# LCB Orange Crush



## CaLi 2 B.C. (Dec 4, 2010)

10 months old here,very happy with how he is maturing so far.What do yall think?:roll:


----------



## Sucker For A Rednose (Sep 11, 2011)

He is by far one of my favorites on here.
So gorgeous & my gosh,
that color is just astonshing!

He is maturing VERY well!


----------



## bullychick2010 (Sep 5, 2011)

Wow he looks great!!!!


----------



## ames (Jun 6, 2010)

Such a good looking boy! Love Crush! He is getting so big!


----------



## BastienBully (Aug 8, 2011)

Looks really good!!!!


----------



## CaLi 2 B.C. (Dec 4, 2010)

Thanks for the comments yall,and my haters i know youre lookin LOL


----------



## Aireal (Jul 2, 2010)

Looks good, has he made it out to any shows yet?


----------



## angelbaby (Feb 4, 2010)

Aireal said:


> Looks good, has he made it out to any shows yet?

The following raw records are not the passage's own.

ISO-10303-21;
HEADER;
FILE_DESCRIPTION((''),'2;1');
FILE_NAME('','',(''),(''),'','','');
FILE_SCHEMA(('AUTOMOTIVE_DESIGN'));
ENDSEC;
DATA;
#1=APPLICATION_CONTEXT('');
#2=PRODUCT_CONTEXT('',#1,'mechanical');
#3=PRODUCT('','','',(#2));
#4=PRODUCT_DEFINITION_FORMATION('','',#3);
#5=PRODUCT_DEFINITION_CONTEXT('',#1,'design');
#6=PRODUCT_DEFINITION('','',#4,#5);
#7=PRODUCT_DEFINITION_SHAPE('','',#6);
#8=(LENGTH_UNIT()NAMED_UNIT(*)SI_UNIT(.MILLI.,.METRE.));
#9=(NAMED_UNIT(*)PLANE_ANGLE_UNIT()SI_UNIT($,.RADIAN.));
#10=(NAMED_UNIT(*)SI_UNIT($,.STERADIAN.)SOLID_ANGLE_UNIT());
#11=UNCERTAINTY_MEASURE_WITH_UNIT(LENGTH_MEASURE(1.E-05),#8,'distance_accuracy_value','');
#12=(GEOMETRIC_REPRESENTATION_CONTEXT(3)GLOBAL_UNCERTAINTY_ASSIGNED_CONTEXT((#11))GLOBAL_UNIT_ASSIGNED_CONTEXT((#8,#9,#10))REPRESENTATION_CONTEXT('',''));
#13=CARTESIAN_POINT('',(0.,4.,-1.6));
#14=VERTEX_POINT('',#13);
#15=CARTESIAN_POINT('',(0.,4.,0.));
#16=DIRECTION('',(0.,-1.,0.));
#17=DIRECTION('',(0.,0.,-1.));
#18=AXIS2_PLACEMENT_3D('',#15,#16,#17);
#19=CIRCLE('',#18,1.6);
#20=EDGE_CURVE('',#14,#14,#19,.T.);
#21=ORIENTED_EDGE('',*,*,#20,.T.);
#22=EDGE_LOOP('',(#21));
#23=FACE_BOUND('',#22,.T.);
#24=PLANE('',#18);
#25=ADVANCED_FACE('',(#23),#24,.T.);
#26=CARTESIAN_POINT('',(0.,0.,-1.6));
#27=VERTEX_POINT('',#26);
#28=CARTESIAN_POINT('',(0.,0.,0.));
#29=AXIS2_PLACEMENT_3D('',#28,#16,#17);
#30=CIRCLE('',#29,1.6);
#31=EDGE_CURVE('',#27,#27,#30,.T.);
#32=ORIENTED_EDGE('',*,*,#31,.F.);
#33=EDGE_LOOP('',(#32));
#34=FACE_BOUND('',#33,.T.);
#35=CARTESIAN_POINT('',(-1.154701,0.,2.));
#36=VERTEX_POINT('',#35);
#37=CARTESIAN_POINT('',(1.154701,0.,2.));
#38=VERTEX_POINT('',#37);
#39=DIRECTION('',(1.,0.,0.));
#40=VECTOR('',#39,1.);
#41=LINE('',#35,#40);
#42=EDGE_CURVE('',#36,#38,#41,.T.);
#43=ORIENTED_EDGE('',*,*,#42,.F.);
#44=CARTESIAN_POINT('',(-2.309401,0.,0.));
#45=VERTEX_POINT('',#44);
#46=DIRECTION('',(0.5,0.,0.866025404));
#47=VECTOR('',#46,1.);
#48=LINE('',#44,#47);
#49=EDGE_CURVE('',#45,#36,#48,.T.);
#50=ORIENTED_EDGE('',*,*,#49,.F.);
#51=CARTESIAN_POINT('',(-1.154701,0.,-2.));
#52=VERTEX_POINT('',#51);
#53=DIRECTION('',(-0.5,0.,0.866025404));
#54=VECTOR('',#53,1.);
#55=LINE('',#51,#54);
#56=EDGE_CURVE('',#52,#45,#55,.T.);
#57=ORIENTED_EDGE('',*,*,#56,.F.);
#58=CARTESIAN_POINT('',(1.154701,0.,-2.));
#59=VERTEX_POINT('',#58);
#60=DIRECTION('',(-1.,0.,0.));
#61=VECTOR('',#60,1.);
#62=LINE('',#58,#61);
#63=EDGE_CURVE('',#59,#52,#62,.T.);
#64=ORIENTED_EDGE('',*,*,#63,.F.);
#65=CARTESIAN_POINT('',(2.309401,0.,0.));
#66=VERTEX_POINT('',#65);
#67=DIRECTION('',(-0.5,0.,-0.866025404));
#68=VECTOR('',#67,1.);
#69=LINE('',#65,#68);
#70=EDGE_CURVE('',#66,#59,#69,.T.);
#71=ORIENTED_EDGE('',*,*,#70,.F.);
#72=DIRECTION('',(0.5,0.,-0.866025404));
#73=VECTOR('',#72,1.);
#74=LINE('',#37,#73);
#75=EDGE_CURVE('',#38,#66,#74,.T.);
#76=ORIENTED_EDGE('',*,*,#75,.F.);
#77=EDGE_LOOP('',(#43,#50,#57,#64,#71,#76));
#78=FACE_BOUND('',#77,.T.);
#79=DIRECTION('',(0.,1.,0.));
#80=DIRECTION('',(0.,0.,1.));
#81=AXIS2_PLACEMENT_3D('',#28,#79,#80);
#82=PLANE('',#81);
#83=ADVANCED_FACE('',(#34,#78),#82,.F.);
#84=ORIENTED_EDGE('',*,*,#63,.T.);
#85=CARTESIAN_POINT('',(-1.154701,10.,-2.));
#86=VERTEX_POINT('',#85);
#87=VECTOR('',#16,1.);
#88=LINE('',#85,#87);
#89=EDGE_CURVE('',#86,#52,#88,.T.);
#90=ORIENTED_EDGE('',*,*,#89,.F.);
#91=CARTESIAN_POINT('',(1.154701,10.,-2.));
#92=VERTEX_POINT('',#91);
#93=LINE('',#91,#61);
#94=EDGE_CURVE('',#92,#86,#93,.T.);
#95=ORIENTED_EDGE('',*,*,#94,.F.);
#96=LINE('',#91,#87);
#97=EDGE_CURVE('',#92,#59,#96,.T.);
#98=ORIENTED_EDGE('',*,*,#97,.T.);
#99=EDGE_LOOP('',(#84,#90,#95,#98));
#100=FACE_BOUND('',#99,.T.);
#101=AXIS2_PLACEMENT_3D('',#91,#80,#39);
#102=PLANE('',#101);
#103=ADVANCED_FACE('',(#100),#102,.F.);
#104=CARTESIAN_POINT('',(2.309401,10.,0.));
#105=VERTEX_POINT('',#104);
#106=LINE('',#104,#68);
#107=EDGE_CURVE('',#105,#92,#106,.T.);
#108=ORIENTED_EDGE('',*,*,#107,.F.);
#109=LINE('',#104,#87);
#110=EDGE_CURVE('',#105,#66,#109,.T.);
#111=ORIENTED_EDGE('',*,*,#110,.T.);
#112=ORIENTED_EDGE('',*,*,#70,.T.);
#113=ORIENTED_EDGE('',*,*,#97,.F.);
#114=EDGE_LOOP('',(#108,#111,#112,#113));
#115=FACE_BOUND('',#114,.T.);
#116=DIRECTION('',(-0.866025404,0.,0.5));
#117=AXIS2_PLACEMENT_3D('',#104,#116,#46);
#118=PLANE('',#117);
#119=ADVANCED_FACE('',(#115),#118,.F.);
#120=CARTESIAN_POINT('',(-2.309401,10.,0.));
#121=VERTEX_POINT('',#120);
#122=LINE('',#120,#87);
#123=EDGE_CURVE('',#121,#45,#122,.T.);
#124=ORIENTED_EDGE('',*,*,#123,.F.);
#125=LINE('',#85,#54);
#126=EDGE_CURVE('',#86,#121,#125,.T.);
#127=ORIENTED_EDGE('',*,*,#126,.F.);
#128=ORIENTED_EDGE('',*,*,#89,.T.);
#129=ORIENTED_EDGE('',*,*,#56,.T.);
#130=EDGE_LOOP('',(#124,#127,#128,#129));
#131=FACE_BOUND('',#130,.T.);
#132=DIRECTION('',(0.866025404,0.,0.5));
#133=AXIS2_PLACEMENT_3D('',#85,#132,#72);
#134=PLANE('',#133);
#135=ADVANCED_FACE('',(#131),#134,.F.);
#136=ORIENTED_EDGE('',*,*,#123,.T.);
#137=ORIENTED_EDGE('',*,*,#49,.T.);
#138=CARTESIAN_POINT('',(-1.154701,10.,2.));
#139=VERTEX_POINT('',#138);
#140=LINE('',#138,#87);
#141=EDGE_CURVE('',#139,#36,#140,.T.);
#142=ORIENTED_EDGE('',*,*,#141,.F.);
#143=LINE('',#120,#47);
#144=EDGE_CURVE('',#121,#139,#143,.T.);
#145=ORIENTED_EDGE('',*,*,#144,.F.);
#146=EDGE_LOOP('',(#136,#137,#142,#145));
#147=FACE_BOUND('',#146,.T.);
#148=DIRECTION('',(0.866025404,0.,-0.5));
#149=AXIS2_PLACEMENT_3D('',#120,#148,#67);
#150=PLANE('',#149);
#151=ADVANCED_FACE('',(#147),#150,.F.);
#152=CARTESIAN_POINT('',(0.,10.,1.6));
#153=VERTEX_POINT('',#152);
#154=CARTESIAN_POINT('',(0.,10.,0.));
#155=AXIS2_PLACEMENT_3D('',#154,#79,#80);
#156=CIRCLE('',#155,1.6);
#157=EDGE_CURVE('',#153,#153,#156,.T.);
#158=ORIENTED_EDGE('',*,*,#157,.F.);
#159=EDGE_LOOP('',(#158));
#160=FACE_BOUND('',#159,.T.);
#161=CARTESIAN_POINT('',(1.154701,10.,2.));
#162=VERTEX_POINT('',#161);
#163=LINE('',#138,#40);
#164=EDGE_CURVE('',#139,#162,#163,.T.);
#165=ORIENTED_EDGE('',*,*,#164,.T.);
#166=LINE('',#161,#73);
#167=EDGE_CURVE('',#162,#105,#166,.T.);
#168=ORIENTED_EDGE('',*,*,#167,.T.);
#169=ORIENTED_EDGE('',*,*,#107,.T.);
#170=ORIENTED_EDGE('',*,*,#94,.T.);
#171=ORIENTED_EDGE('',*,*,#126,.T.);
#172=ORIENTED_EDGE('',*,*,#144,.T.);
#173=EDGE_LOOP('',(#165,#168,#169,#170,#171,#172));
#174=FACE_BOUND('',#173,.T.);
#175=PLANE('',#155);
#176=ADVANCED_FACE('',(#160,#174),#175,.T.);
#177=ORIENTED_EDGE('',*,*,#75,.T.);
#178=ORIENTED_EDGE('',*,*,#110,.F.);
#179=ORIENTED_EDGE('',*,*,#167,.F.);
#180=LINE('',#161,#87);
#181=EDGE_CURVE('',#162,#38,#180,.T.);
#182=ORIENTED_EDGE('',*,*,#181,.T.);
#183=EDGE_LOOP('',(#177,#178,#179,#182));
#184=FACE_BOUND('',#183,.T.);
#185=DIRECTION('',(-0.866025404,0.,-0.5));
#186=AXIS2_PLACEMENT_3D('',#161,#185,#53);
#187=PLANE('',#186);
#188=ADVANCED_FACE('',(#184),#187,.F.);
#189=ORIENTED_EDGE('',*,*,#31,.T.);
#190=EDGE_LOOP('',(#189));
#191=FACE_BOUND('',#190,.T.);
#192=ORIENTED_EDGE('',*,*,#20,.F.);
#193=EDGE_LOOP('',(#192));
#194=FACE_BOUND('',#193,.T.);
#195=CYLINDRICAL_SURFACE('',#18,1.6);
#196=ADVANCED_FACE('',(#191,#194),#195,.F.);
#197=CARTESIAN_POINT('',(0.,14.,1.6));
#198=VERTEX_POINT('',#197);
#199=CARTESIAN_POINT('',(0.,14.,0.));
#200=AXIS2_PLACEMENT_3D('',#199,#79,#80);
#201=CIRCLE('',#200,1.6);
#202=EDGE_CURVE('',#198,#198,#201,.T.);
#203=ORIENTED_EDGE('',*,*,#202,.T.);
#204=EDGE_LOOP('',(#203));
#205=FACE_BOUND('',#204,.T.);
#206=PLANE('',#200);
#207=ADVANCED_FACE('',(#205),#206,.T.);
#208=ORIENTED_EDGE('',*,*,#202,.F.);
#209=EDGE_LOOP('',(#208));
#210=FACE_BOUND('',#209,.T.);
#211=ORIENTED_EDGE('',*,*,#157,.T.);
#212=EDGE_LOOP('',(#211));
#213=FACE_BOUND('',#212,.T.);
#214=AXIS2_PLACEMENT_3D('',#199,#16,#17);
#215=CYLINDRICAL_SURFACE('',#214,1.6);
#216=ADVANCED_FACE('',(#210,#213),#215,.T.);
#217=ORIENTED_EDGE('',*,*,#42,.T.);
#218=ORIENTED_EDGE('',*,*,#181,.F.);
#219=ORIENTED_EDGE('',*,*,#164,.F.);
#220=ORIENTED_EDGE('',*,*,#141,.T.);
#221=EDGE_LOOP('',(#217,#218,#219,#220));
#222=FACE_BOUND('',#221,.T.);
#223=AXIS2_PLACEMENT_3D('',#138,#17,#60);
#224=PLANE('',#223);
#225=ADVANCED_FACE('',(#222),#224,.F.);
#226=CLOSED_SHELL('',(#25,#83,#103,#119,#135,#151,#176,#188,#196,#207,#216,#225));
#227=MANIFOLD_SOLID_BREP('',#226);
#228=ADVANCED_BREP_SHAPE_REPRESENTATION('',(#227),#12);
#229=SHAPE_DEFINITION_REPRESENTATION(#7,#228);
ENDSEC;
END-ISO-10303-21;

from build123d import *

# Parameters (mm, degrees)
EXTRUDE_1_DEPTH     = 10
SKETCH_2_R          = 1.6
EXTRUDE_2_DEPTH     = 4
SKETCH_3_R          = 1.6
CUT_EXTRUDE_1_DEPTH = 4


with BuildPart() as part:
    # 草图1 → 凸台-拉伸1 (new body)
    with BuildSketch(Plane(origin=(0, 0, 0), x_dir=(1, 0, 0), z_dir=(0, 1, 0))):
        Polygon((2.309401077, 0), (1.154700538, 2), (-1.154700538, 2), (-2.309401077, 0), (-1.154700538, -2), (1.154700538, -2), align=None)
    extrude(amount=EXTRUDE_1_DEPTH)

    # 草图2 → 凸台-拉伸2 (add)
    with BuildSketch(Plane(origin=(0, 10, 0), x_dir=(1, 0, 0), z_dir=(0, 1, 0))):
        with Locations(Location((0, 0, 0), (0, 0, 270))):
            Circle(SKETCH_2_R)
    extrude(amount=EXTRUDE_2_DEPTH)

    # 草图3 → 切除-拉伸1 (cut)
    with BuildSketch(Plane.XZ):
        with Locations(Location((0, 0, 0), (0, 0, 90))):
            Circle(SKETCH_3_R)
    extrude(amount=-CUT_EXTRUDE_1_DEPTH, mode=Mode.SUBTRACT)


solid = part.part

He has been in ADBA ring lol, but we dont have ABKC or any bully shows up here.


----------



## Aireal (Jul 2, 2010)

angelbaby said:


> He has been in ADBA ring lol, but we dont have ABKC or any bully shows up here.


No abkc? That sucks, are you going to travel when he matures some to get some titles on him?


----------



## CaLi 2 B.C. (Dec 4, 2010)

Yeah if we can travel to shows we will,also we have been gaining contacts (fellow bully owners locally) to see if we can get enough people interested to host our own abkc event up here which would be the ultimate goal.


----------



## CaLi 2 B.C. (Dec 4, 2010)

http://www.bullypedia.net/americanbully/details.php?id=97645&gens=5


----------



## Aireal (Jul 2, 2010)

CaLi 2 B.C. said:


> Yeah if we can travel to shows we will,also we have been gaining contacts (fellow bully owners locally) to see if we can get enough people interested to host our own abkc event up here which would be the ultimate goal.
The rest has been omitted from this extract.